What you will do: Below are the records. Retype exactly the lines between the lines holding "#60=FACE_BOUND('',#59,.F.);" and "#91=ORIENTED_EDGE('',*,*,#90,.T.);", inclusive.

The data:
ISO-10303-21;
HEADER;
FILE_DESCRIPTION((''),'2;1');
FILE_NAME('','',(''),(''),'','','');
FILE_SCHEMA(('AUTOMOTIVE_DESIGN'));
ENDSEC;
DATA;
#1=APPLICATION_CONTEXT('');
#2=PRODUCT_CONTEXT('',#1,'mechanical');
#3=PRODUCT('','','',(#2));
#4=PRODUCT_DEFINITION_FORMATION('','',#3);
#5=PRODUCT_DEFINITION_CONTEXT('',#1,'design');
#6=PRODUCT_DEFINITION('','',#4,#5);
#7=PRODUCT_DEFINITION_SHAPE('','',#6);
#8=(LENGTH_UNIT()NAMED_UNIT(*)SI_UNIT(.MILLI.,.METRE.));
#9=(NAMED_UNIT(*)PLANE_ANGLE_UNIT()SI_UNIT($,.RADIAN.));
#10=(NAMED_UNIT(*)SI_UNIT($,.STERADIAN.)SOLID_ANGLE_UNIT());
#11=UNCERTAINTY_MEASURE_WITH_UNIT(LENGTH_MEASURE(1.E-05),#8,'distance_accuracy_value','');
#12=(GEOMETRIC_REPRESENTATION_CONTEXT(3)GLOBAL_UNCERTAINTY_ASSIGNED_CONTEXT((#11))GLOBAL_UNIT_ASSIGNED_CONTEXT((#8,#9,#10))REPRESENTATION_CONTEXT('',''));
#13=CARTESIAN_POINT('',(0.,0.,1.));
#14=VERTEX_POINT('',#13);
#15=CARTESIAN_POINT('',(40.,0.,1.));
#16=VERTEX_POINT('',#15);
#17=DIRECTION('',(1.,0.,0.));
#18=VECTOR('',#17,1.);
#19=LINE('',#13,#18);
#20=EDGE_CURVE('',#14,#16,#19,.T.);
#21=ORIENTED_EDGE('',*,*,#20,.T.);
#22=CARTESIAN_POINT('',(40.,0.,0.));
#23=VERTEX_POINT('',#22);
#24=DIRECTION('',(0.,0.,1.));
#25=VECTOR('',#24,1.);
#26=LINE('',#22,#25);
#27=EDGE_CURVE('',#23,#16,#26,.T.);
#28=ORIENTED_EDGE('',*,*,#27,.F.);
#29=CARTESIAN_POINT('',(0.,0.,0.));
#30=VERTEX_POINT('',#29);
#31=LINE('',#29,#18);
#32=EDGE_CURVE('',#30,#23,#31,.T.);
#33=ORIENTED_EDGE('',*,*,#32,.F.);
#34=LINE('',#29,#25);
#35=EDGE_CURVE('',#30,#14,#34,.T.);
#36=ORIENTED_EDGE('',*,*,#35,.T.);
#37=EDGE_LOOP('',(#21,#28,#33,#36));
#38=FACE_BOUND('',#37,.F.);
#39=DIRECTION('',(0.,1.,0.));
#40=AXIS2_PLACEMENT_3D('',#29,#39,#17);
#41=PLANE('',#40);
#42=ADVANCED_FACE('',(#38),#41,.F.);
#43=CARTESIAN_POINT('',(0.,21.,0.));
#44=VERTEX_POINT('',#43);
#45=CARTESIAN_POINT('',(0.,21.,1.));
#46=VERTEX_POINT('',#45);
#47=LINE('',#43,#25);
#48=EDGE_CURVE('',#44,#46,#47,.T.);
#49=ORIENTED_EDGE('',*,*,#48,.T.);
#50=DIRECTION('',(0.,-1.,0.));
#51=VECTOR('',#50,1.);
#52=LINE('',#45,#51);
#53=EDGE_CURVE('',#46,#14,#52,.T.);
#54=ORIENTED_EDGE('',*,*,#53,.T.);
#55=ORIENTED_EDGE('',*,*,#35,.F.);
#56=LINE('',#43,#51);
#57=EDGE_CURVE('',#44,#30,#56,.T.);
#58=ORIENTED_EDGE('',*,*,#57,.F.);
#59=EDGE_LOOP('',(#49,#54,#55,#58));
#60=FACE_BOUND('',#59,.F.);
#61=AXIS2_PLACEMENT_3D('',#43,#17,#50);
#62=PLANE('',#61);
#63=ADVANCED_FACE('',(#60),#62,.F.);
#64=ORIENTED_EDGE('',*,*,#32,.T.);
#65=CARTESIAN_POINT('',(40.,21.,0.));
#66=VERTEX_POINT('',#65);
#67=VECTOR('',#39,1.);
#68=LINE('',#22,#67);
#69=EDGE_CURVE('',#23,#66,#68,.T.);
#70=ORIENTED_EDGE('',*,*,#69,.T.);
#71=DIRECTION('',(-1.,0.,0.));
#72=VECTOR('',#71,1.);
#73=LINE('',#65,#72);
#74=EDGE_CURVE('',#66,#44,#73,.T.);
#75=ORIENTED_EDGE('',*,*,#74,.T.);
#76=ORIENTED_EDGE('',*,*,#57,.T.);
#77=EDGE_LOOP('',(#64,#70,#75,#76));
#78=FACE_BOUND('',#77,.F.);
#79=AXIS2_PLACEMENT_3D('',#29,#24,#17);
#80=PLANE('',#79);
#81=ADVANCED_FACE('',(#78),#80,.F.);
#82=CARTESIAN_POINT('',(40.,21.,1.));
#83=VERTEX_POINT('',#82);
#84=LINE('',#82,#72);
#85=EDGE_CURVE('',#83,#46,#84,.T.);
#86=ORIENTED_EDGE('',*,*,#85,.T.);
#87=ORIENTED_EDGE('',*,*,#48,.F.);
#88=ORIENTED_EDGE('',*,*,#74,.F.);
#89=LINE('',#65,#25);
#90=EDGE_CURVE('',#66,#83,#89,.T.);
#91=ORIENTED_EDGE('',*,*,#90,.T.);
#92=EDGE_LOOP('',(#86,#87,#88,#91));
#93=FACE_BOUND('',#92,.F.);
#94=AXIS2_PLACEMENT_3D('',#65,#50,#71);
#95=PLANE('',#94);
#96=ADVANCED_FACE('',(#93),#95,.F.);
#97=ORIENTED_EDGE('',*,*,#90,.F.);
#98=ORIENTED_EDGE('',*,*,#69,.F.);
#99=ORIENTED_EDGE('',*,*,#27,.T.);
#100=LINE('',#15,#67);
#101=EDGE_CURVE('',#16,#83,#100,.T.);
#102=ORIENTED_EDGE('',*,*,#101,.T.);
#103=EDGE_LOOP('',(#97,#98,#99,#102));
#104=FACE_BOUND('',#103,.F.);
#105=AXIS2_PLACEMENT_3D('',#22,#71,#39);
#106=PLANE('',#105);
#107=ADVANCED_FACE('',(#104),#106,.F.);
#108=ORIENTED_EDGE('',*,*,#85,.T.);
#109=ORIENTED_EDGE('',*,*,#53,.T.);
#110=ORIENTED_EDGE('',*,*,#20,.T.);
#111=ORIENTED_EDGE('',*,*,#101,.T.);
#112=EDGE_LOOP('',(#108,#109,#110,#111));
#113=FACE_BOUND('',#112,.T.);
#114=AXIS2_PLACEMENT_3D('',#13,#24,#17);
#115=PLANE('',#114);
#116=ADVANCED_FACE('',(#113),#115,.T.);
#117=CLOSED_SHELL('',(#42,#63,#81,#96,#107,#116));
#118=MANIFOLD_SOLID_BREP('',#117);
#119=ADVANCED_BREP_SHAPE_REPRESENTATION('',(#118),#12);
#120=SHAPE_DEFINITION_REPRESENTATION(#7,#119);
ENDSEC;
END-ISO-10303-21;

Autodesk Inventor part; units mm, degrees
ref_plane "YZ Plane" through (0, 0, 0) normal (1, 0, 0) x (0, 1, 0)
ref_plane "XZ Plane" through (0, 0, 0) normal (0, 1, 0) x (-1, 0, 0)
ref_plane "XY Plane" through (0, 0, 0) normal (0, 0, 1) x (1, 0, 0)
sketch "Sketch1" plane through (0, 0, 0) normal (0, 0, 1) x (1, 0, 0)
  point P0 (0, 0)
sketch "Sketch2" plane through (0, 0, 0) normal (0, 0, 1) x (1, 0, 0)
  line L0 (0, 0) -> (40, 0)
  line L1 (40, 0) -> (40, 21)
  line L2 (40, 21) -> (0, 21)
  line L3 (0, 21) -> (0, 0)
  dimension "d0" = 40
  dimension "d1" = 21
extrude "Extrusion1" add sketch "Sketch2" along normal blind 1
properties part number "base"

Reply to the task:
#60=FACE_BOUND('',#59,.F.);
#61=AXIS2_PLACEMENT_3D('',#43,#17,#50);
#62=PLANE('',#61);
#63=ADVANCED_FACE('',(#60),#62,.F.);
#64=ORIENTED_EDGE('',*,*,#32,.T.);
#65=CARTESIAN_POINT('',(40.,21.,0.));
#66=VERTEX_POINT('',#65);
#67=VECTOR('',#39,1.);
#68=LINE('',#22,#67);
#69=EDGE_CURVE('',#23,#66,#68,.T.);
#70=ORIENTED_EDGE('',*,*,#69,.T.);
#71=DIRECTION('',(-1.,0.,0.));
#72=VECTOR('',#71,1.);
#73=LINE('',#65,#72);
#74=EDGE_CURVE('',#66,#44,#73,.T.);
#75=ORIENTED_EDGE('',*,*,#74,.T.);
#76=ORIENTED_EDGE('',*,*,#57,.T.);
#77=EDGE_LOOP('',(#64,#70,#75,#76));
#78=FACE_BOUND('',#77,.F.);
#79=AXIS2_PLACEMENT_3D('',#29,#24,#17);
#80=PLANE('',#79);
#81=ADVANCED_FACE('',(#78),#80,.F.);
#82=CARTESIAN_POINT('',(40.,21.,1.));
#83=VERTEX_POINT('',#82);
#84=LINE('',#82,#72);
#85=EDGE_CURVE('',#83,#46,#84,.T.);
#86=ORIENTED_EDGE('',*,*,#85,.T.);
#87=ORIENTED_EDGE('',*,*,#48,.F.);
#88=ORIENTED_EDGE('',*,*,#74,.F.);
#89=LINE('',#65,#25);
#90=EDGE_CURVE('',#66,#83,#89,.T.);
#91=ORIENTED_EDGE('',*,*,#90,.T.);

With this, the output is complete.